[About this exercise]
Lines with the word "color" are the ones wanted. Copy each of them from the entries below.
Information supplied Start Marker
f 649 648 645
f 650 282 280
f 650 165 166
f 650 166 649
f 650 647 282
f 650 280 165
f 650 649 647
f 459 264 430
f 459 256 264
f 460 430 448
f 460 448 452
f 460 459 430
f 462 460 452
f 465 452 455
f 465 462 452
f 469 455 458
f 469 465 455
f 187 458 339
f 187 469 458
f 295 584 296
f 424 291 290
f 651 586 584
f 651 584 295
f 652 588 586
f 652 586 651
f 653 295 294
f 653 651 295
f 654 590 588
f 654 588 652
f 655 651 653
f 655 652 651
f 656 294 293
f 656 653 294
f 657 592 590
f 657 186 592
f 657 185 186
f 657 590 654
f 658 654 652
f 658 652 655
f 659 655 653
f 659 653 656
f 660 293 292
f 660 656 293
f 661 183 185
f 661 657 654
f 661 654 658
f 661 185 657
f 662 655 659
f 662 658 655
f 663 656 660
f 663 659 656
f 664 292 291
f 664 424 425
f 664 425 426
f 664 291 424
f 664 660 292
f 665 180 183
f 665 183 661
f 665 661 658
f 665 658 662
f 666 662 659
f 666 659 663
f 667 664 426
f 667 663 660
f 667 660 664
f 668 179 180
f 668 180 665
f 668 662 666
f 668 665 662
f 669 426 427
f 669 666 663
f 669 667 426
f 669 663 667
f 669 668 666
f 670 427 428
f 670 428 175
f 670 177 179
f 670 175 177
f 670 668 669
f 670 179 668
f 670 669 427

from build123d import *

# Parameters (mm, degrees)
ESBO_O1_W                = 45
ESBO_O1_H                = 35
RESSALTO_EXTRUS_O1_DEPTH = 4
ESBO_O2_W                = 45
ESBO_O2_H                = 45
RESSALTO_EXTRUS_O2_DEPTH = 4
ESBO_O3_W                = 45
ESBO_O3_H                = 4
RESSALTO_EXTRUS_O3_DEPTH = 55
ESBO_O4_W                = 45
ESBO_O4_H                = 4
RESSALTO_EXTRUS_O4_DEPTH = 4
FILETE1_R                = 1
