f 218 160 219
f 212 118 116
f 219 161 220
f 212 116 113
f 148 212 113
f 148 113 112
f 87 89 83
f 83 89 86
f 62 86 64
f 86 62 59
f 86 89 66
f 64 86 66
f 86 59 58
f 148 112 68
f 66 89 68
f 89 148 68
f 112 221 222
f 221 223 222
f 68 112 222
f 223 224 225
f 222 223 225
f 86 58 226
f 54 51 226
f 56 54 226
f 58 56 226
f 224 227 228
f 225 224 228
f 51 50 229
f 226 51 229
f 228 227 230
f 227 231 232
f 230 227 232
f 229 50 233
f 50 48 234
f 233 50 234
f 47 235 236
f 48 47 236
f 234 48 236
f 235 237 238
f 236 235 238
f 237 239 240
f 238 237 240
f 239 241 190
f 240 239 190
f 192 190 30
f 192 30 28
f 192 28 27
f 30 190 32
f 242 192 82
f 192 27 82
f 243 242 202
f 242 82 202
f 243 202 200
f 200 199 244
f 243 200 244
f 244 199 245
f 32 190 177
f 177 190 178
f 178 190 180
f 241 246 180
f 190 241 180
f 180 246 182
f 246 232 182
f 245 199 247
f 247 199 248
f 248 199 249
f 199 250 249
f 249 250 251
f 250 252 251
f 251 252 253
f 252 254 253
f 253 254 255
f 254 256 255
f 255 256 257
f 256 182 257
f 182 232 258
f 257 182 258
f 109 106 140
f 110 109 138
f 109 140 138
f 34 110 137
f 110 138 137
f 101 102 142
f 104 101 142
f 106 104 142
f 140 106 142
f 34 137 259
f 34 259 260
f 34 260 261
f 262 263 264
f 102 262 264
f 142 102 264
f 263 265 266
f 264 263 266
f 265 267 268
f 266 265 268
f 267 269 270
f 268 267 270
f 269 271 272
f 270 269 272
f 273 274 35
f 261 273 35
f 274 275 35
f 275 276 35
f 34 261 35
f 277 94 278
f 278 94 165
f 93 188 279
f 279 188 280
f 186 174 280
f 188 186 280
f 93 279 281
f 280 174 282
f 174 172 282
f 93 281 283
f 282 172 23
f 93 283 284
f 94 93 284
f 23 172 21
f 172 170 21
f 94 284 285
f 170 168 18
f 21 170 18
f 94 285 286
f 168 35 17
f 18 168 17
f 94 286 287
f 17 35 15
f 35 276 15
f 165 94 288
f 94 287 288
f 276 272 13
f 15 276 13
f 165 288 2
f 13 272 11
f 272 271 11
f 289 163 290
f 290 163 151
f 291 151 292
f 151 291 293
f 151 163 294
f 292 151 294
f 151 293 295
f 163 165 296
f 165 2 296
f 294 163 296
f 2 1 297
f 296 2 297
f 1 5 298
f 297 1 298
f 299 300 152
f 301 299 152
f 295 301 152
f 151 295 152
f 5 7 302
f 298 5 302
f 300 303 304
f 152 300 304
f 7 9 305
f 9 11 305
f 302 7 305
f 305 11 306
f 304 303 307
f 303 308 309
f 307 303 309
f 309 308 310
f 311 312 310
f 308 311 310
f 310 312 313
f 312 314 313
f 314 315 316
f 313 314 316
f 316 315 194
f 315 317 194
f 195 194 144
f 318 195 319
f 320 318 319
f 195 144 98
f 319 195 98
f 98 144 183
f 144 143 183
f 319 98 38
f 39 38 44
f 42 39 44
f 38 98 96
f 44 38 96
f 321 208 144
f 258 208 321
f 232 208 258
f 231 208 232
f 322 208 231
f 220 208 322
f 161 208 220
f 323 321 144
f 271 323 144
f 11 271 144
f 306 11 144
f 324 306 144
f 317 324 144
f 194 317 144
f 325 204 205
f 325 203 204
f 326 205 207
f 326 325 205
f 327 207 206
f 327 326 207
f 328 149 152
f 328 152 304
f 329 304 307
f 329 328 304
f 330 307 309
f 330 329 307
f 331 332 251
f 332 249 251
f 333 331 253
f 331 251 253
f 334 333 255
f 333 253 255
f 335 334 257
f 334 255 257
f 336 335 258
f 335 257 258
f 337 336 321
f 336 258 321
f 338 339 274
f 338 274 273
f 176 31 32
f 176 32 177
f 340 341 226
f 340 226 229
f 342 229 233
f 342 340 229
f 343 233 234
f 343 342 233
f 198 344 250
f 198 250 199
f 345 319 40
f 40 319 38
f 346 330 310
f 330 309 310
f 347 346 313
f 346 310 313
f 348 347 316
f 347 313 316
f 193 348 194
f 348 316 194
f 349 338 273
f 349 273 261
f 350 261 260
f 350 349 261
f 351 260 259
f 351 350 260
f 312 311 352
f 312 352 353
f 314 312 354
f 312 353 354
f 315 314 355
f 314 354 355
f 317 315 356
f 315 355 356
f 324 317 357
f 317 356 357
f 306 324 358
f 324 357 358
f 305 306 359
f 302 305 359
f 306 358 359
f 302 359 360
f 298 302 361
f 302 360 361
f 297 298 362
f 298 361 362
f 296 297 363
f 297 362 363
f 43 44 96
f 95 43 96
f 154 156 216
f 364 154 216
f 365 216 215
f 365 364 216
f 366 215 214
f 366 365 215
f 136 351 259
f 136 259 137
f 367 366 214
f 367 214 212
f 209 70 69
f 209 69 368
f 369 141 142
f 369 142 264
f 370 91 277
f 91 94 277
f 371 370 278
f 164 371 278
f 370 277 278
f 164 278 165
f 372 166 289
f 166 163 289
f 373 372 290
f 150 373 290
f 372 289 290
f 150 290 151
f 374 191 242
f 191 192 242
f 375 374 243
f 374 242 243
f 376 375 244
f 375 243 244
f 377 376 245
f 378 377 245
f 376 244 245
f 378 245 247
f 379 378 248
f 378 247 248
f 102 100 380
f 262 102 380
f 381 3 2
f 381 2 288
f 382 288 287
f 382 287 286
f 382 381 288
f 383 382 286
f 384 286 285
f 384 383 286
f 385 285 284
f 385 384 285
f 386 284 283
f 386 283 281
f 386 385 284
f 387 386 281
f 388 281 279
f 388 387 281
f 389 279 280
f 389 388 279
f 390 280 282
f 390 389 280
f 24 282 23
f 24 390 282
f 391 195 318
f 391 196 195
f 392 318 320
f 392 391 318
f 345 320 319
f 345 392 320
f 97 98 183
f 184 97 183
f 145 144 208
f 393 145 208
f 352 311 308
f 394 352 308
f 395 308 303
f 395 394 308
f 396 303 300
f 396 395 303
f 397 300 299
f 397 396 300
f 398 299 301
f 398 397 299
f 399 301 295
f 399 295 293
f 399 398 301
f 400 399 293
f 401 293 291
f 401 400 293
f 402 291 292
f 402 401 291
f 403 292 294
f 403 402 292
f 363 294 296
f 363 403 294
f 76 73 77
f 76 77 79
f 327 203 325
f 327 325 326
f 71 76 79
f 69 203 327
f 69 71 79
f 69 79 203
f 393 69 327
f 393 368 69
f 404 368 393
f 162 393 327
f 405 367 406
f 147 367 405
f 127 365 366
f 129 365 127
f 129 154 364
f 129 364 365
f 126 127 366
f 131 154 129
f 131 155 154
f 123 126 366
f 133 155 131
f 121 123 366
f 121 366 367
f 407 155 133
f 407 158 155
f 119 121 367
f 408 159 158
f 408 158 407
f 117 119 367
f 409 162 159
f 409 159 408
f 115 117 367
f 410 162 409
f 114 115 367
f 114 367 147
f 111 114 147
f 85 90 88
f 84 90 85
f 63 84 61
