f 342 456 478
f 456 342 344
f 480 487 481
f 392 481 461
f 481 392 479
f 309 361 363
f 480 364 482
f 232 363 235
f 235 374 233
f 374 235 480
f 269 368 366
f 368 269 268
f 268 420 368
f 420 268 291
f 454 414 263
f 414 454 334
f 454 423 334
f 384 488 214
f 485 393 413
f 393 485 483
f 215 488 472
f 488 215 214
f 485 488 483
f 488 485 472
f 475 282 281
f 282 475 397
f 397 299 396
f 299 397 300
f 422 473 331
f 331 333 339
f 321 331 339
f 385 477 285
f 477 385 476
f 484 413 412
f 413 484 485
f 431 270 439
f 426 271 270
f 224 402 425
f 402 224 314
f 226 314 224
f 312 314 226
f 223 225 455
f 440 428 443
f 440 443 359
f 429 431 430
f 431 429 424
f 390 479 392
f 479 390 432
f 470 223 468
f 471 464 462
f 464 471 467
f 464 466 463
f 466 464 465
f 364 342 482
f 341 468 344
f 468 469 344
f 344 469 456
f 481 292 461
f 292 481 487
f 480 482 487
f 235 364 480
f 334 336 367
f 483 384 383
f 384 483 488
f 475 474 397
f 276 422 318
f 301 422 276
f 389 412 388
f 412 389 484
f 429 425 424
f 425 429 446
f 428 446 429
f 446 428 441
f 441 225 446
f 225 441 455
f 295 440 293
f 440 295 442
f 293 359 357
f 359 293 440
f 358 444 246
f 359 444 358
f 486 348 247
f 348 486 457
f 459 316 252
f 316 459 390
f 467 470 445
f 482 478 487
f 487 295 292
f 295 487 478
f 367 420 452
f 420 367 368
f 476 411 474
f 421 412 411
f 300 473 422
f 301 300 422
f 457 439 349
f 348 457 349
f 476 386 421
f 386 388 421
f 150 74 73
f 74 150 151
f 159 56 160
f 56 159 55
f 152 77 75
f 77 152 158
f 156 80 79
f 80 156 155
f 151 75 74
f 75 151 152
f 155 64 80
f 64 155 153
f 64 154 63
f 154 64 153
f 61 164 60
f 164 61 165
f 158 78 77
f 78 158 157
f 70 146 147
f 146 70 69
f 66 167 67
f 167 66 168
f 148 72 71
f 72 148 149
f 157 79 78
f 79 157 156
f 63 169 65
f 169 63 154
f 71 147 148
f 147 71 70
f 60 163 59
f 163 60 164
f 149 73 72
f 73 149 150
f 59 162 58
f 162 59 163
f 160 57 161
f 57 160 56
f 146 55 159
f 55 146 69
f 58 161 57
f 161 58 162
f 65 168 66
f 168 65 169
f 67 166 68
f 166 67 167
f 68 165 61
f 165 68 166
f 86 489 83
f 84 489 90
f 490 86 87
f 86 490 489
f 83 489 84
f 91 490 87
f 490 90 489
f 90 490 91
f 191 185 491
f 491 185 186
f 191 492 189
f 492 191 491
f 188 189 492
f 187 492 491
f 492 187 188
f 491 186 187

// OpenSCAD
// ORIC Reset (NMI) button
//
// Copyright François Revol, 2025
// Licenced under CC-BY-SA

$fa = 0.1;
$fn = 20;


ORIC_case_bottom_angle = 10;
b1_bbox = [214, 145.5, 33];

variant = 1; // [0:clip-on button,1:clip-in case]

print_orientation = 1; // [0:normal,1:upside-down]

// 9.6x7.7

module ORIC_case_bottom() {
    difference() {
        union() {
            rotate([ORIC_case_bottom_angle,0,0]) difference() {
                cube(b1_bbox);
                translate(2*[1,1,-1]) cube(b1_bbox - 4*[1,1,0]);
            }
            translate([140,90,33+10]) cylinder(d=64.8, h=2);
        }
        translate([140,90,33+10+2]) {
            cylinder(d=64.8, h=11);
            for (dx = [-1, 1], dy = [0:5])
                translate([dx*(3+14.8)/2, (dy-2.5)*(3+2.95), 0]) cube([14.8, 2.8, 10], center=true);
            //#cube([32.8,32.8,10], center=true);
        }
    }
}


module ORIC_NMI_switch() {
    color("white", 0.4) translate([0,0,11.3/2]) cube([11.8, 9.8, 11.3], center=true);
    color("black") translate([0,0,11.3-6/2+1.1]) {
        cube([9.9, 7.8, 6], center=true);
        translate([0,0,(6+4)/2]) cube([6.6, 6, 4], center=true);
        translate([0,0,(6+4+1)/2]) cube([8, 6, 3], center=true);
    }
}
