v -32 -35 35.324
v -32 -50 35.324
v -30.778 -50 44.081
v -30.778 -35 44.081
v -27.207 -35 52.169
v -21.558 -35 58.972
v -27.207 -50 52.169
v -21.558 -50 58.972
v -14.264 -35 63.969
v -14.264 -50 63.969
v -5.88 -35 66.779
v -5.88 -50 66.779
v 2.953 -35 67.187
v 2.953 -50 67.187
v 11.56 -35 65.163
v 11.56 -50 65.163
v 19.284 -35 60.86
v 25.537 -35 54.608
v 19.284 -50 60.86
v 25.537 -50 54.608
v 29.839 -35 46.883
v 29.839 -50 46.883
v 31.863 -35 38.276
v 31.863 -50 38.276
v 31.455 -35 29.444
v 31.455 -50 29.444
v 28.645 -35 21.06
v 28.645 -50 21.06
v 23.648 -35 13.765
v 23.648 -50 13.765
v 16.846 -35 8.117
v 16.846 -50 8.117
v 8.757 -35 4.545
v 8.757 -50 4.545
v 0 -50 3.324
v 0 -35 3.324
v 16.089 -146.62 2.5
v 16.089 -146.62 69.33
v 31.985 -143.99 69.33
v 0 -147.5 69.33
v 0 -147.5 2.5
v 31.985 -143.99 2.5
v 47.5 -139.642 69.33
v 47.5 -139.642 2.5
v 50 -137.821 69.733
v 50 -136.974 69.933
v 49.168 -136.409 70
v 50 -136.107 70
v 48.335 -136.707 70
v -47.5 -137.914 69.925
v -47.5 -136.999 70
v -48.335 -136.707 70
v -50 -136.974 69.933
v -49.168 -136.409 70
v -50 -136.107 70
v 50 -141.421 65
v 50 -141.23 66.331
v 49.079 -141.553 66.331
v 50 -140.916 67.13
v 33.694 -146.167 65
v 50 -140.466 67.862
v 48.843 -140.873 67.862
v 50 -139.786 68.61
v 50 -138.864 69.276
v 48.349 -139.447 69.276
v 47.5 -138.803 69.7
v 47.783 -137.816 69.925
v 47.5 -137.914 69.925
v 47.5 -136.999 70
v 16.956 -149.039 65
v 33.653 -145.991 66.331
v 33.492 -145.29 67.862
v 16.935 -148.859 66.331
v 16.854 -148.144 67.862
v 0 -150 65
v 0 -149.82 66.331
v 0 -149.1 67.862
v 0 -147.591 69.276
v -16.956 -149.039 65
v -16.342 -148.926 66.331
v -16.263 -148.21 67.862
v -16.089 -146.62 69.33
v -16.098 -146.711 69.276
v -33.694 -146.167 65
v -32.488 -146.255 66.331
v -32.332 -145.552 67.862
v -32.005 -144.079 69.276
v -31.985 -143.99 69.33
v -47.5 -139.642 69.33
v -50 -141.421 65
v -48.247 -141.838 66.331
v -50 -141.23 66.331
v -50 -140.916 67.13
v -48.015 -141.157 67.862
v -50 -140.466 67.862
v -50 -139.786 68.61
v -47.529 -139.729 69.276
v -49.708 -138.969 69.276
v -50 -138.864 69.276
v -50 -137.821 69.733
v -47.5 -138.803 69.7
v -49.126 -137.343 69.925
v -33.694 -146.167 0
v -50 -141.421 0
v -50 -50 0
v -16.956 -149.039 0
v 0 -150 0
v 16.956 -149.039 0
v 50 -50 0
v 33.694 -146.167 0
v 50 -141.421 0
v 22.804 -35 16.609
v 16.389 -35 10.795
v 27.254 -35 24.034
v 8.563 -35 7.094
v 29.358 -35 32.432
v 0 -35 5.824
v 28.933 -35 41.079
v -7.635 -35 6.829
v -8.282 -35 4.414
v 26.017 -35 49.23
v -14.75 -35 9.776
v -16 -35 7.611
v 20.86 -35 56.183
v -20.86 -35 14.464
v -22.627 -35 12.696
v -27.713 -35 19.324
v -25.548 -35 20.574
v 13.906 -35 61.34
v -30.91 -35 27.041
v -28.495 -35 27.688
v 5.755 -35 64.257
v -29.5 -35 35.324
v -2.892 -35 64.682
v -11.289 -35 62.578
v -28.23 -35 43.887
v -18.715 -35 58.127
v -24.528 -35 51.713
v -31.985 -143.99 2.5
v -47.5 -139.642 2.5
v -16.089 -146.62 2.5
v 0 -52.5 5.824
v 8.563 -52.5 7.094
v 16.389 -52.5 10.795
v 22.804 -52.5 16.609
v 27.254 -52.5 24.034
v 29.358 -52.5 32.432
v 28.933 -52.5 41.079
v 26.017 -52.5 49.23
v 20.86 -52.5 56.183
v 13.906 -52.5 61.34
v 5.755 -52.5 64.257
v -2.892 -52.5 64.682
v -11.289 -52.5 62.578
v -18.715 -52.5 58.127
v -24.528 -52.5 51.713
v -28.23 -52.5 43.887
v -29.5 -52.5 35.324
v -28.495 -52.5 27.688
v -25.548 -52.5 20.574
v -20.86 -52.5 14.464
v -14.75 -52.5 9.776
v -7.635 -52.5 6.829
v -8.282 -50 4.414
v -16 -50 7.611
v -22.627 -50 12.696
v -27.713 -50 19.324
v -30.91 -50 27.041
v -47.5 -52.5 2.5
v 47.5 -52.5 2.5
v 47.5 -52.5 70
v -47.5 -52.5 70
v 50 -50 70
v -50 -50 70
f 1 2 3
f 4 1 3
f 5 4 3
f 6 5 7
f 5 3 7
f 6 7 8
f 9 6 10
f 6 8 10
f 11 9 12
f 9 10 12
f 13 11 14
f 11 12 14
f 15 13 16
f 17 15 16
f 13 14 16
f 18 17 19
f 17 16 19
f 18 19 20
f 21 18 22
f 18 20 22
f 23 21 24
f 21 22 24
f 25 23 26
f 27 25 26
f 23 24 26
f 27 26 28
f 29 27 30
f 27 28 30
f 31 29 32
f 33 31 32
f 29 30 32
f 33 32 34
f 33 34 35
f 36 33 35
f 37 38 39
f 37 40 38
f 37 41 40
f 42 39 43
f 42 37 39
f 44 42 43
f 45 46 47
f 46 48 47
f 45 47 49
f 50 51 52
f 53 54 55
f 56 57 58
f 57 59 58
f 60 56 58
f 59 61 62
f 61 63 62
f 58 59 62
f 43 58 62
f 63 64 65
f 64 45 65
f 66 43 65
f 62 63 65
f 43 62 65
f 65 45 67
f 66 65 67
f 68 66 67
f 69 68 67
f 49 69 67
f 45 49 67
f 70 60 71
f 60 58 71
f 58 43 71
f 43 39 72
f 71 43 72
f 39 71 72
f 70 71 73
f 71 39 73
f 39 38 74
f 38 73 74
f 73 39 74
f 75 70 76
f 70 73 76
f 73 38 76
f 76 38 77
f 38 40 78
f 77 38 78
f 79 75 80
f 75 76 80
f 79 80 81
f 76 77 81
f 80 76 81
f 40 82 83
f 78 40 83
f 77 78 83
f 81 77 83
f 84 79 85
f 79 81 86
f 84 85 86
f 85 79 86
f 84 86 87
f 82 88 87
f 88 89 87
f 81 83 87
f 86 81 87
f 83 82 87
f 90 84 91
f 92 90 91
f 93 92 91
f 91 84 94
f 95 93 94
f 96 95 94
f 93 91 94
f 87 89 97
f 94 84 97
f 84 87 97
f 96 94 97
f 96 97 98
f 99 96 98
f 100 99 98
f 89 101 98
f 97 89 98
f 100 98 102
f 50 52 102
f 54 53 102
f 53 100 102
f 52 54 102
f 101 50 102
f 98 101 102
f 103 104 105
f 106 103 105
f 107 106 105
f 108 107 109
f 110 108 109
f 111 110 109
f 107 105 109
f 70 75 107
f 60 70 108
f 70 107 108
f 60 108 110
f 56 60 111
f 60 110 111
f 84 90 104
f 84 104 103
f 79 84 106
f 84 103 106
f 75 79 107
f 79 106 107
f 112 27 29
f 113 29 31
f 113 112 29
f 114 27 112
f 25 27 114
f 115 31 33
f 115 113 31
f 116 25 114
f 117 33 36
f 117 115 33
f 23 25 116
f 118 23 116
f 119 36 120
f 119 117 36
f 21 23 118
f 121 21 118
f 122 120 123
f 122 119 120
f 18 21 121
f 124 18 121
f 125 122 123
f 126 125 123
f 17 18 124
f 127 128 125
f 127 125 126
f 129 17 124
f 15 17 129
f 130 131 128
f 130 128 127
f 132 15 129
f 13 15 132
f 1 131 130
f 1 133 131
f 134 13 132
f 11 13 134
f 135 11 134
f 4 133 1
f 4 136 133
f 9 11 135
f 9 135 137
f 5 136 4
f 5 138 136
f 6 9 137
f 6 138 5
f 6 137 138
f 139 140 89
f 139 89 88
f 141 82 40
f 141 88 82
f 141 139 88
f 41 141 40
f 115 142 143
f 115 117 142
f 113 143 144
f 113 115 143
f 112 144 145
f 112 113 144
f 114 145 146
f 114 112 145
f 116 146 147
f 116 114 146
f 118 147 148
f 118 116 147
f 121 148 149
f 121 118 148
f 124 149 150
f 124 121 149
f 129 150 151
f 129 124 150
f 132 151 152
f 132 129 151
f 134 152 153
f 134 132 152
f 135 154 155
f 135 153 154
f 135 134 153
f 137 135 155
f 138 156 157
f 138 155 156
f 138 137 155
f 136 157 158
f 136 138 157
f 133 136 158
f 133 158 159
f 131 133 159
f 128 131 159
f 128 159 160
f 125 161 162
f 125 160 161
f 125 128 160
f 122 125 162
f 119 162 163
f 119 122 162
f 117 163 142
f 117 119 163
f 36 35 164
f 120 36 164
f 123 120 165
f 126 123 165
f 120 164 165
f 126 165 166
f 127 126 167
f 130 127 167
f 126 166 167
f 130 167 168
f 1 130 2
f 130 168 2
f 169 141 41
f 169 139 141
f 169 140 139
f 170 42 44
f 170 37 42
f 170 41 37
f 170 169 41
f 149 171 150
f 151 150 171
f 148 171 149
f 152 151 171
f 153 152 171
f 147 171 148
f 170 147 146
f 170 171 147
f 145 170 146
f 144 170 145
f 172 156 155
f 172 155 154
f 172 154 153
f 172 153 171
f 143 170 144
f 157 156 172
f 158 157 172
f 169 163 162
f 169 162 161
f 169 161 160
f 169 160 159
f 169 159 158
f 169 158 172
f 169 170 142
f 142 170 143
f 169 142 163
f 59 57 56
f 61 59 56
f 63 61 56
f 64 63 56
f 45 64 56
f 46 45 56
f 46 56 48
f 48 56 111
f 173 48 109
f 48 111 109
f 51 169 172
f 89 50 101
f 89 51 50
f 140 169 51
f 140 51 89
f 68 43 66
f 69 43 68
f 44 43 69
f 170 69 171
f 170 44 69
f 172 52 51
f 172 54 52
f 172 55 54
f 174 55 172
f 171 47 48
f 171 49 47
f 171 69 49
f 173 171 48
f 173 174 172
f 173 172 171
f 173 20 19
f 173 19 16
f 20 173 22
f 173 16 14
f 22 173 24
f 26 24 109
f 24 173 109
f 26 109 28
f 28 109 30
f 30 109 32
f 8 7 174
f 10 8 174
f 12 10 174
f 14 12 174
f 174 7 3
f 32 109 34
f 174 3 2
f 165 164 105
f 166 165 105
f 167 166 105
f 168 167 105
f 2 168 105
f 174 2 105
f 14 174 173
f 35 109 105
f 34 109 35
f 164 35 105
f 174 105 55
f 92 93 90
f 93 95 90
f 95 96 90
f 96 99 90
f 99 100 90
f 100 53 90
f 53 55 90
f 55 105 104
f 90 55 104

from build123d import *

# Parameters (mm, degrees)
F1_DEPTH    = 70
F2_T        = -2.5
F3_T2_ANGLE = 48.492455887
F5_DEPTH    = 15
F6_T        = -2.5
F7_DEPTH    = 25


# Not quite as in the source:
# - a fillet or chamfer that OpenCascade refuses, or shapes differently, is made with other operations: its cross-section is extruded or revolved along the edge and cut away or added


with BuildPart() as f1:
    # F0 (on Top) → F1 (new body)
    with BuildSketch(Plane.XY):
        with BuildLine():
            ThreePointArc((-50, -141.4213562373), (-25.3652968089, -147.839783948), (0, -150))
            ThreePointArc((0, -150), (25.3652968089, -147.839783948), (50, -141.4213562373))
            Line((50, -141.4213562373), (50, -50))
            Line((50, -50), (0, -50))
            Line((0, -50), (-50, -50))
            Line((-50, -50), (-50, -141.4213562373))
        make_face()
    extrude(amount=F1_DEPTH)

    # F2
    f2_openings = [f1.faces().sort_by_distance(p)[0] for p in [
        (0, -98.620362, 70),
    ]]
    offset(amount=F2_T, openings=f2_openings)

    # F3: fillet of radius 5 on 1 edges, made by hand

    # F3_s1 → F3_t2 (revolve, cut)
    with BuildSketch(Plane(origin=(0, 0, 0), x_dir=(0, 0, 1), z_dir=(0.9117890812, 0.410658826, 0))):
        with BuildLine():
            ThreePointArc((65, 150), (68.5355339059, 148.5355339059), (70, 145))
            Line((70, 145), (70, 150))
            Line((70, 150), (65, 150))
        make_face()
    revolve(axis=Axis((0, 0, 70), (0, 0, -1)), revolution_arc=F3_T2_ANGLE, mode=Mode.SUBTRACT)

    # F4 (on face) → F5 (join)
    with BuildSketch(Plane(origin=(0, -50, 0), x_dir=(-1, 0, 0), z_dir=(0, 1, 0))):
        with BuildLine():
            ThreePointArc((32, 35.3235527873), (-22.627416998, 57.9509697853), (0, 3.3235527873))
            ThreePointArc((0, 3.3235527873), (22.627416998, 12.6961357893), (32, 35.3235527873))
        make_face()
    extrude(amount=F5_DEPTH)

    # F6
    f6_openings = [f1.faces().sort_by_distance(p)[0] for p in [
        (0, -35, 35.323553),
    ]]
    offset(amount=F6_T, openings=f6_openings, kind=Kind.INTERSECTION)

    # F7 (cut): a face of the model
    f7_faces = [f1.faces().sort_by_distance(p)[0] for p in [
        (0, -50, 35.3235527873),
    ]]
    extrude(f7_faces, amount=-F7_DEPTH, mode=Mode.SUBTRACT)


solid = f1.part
Information supplied End Marker
[Result for this task]
    color("white", 0.4) translate([0,0,11.3/2]) cube([11.8, 9.8, 11.3], center=true);
    color("black") translate([0,0,11.3-6/2+1.1]) {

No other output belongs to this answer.